Bad av of five, and I'm out of practise for grey cubes.


----------



## SlapShot (Apr 21, 2013)

Isn't Younkee the brand name of a chinese high-end aluminum Yo-Yo ??


----------



## mati1242 (Apr 21, 2013)

Yes it is.
This company made a Challenger 3x3.


----------



## CY (Apr 22, 2013)

http://younkeehk.com/ 
here is their website, but it doesn't show much about the performance
http://v.youku.com/v_show/id_XNDg3MjI2MTYw.html
Performance of the cube by a Chinese company. I don't know if people outside of China can view it, and it is in Chinese, but its the only review online.


----------



## Lchu613 (Apr 22, 2013)

Yup, anyone can view youku, it just loads really slowly


----------



## CY (Apr 23, 2013)

Lchu613 said:


> Yup, anyone can view youku, it just loads really slowly


What do you mean by slow? Its relatively quick here, maybe thats the main difference.


----------



## Mrozio (Apr 23, 2013)

Here is my review:
http://www.youtube.com/watch?v=hZRgOHAC5v0


----------



## Kattenvriendin (Apr 23, 2013)

Oh shoot.. it's not in English lol

Can you make one in English?


----------



## Lchu613 (Apr 23, 2013)

CY said:


> What do you mean by slow? Its relatively quick here, maybe thats the main difference.


From my experience, it just takes longer to load the videos at first, I don't think they have servers over her in the U.S.
Then again, it could be my computer being slow, as usual


----------



## mark49152 (Nov 5, 2013)

Anyone else tried this cube?


----------



## Lchu613 (Nov 6, 2013)

Most people I know have said it's crap.


----------



## rj (Nov 6, 2013)

Lchu613 said:


> Most people I know have said it's crap.

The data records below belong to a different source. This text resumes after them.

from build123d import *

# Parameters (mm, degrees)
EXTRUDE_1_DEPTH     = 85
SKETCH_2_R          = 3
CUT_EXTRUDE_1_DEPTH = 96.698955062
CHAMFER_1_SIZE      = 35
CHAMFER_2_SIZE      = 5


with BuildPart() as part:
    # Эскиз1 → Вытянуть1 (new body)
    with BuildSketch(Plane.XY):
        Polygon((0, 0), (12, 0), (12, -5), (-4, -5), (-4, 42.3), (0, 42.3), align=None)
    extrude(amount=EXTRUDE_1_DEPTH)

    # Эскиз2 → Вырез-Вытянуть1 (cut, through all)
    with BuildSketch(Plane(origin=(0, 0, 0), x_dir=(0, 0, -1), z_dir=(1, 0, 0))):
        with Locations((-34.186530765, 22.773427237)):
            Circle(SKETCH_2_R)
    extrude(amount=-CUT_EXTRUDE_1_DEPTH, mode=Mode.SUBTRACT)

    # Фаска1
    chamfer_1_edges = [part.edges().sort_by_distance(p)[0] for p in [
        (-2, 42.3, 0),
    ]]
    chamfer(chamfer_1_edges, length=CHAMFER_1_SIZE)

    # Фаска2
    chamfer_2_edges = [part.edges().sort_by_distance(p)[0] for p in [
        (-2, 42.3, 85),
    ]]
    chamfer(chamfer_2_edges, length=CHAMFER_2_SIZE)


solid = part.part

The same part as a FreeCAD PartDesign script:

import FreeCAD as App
import Part
import Sketcher
Q = App.Units.Quantity


def edges_at(feature, points):
    """Names of the edges that pass closest to the given points."""
    edges = feature.Shape.Edges
    near = lambda p: min(range(len(edges)), key=lambda i: edges[i].distToShape(Part.Vertex(*p))[0])
    return sorted({f"Edge{near(p) + 1}" for p in points})


def add_polygon(sketch, points):
    """Adds a closed chain of lines whose ends are joined by coincident constraints."""
    first, n = sketch.GeometryCount, len(points)
    for a, b in zip(points, points[1:] + points[:1]):
        sketch.addGeometry(Part.LineSegment(App.Vector(*a, 0), App.Vector(*b, 0)), False)
    for i in range(n):
        sketch.addConstraint(Sketcher.Constraint("Coincident", first + i, 2, first + (i + 1) % n, 1))

doc = App.newDocument("Part")
body = doc.addObject("PartDesign::Body", "Body")

sketch1 = body.newObject("Sketcher::SketchObject", "Sketch")
sketch1.AttachmentSupport = (doc.getObject("XY_Plane"), [""])
sketch1.MapMode = "FlatFace"
add_polygon(sketch1, [(12, 0), (0, 0), (0, 42.3), (-4, 42.3), (-4, -5), (12, -5)])
sketch1.addConstraint([
    Sketcher.Constraint("Horizontal", 0),
    Sketcher.Constraint("Vertical", 1),
    Sketcher.Constraint("Horizontal", 2),
    Sketcher.Constraint("Vertical", 3),
    Sketcher.Constraint("Horizontal", 4),
    Sketcher.Constraint("Vertical", 5),
    Sketcher.Constraint("Coincident", 0, 2, -1, 1),
    Sketcher.Constraint("DistanceX", 0, 2, 0, 1, Q("12 mm")),
    Sketcher.Constraint("DistanceX", 2, 2, 2, 1, Q("4 mm")),
    Sketcher.Constraint("DistanceY", 5, 1, 5, 2, Q("5 mm")),
    Sketcher.Constraint("DistanceY", 1, 1, 1, 2, Q("42.3 mm")),
])
pad1 = body.newObject("PartDesign::Pad", "Pad")
pad1.Profile = sketch1
pad1.Length = 85

sketch2 = body.newObject("Sketcher::SketchObject", "Sketch001")
sketch2.AttachmentSupport = (doc.getObject("YZ_Plane"), [""])
sketch2.MapMode = "FlatFace"
sketch2.addGeometry(Part.Circle(App.Vector(22.8, 34.2, 0), App.Vector(0, 0, 1), 3), False)
sketch2.addConstraint([
    Sketcher.Constraint("Diameter", 0, Q("6 mm")),
    Sketcher.Constraint("DistanceY", -1, 1, 0, 3, Q("34.186531 mm")),
    Sketcher.Constraint("DistanceX", -1, 1, 0, 3, Q("22.773427 mm")),
])
pocket1 = body.newObject("PartDesign::Pocket", "Pocket")
pocket1.Profile = sketch2
pocket1.Type = "ThroughAll"
doc.recompute()

chamfer = body.newObject("PartDesign::Chamfer", "Chamfer")
chamfer.Base = (pocket1, edges_at(pocket1, [(-2, 42.3, 0)]))
chamfer.Size = 35
doc.recompute()

chamfer2 = body.newObject("PartDesign::Chamfer", "Chamfer001")
chamfer2.Base = (chamfer, edges_at(chamfer, [(-2, 42.3, 85)]))
chamfer2.Size = 5

doc.recompute()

Will someone just get this cube and do a review?


----------



## mark49152 (Nov 6, 2013)

Marcel - you must already have this, in multiple colours?


----------



## YddEd (Nov 6, 2013)

rj said:


> Will someone just get this cube and do a review?






It does say that it's an unboxing/first impressions but it's close enough.


----------



## mark49152 (Nov 6, 2013)

YddEd said:


> It does say that it's an unboxing/first impressions but it's close enough.

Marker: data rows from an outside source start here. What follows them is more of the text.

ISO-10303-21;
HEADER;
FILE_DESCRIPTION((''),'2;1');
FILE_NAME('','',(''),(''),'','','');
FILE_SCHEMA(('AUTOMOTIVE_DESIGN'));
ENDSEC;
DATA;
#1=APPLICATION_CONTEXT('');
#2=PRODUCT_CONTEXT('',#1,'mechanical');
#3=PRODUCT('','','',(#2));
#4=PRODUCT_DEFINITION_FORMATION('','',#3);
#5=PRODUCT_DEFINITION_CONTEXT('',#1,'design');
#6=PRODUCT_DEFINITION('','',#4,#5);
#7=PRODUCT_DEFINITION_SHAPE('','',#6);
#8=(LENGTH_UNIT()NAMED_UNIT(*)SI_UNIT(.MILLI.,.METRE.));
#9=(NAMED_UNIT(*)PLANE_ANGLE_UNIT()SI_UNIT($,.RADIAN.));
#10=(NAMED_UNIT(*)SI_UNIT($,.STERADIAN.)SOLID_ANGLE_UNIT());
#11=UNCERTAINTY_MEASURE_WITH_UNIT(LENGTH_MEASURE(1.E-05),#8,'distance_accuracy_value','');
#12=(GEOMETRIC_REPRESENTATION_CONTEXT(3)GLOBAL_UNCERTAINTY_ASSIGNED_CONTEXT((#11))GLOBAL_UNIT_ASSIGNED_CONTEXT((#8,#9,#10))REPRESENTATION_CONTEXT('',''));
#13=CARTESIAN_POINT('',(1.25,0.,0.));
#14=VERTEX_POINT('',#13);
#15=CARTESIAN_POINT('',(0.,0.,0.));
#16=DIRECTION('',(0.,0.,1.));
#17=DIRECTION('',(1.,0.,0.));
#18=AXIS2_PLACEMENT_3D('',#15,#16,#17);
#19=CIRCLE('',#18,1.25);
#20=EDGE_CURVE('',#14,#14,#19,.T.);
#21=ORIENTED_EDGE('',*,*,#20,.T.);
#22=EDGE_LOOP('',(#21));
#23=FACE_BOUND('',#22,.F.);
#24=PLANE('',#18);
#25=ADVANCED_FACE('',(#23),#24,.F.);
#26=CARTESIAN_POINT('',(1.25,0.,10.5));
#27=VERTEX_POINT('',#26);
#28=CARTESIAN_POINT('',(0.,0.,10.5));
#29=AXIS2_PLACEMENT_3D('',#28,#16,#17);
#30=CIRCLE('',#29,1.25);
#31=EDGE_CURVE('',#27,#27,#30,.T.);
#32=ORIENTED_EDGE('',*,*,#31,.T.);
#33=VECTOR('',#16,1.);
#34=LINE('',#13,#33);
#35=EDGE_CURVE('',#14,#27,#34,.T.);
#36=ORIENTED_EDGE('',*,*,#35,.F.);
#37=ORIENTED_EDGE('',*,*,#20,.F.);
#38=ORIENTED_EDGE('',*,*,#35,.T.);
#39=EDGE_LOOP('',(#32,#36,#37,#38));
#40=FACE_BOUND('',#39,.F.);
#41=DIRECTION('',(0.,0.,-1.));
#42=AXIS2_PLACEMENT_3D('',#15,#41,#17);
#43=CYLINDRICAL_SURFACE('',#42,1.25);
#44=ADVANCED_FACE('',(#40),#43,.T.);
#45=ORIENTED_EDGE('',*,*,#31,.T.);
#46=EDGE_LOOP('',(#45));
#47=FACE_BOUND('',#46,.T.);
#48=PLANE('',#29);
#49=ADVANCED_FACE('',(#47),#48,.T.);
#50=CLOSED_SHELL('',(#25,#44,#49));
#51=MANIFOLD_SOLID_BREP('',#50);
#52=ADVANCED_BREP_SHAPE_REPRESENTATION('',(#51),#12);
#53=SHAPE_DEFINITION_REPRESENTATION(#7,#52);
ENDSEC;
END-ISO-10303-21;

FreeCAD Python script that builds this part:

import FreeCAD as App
import Part
import Sketcher
Q = App.Units.Quantity

doc = App.newDocument("Part")
params = doc.addObject("Spreadsheet::Sheet", "Params")
for row, (alias, value) in enumerate([
    ("sketch1_diameter", "2.5 mm"),
    ("pad1_length", "10.5 mm"),
], start=1):
    params.set(f"A{row}", alias)
    params.set(f"B{row}", "=" + value)
    params.setAlias(f"B{row}", alias)

body = doc.addObject("PartDesign::Body", "Body")

sketch1 = body.newObject("Sketcher::SketchObject", "Sketch")
sketch1.AttachmentSupport = (doc.getObject("XY_Plane"), [""])
sketch1.MapMode = "FlatFace"
sketch1.addGeometry(Part.Circle(App.Vector(0, 0, 0), App.Vector(0, 0, 1), 1.2), False)
sketch1.addConstraint([
    Sketcher.Constraint("Coincident", 0, 3, -1, 1),
    Sketcher.Constraint("Diameter", 0, Q("2.5 mm")),
])
sketch1.setExpression("Constraints[1]", "Params.sketch1_diameter")
pad1 = body.newObject("PartDesign::Pad", "Pad")
pad1.Profile = sketch1
pad1.setExpression("Length", "Params.pad1_length")

doc.recompute()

Thanks yes I saw this but wasn't sure if it's the same cube. The store doesn't say "challenger". The lock ups look nasty.


----------



## mati1242 (Nov 6, 2013)

If you have spare money and you wanna spend it on expensive, crappy cube then go ahead. 
I watched several reviews, and on every of them this cube looked poor.


----------



## mark49152 (Nov 6, 2013)

mati1242 said:


> If you have spare money and you wanna spend it on expensive, crappy cube then go ahead.
> I watched several reviews, and on every of them this cube looked poor.


Yes that's right, I'm asking for opinions to make sure it's crap before I buy it. /sarcasm


----------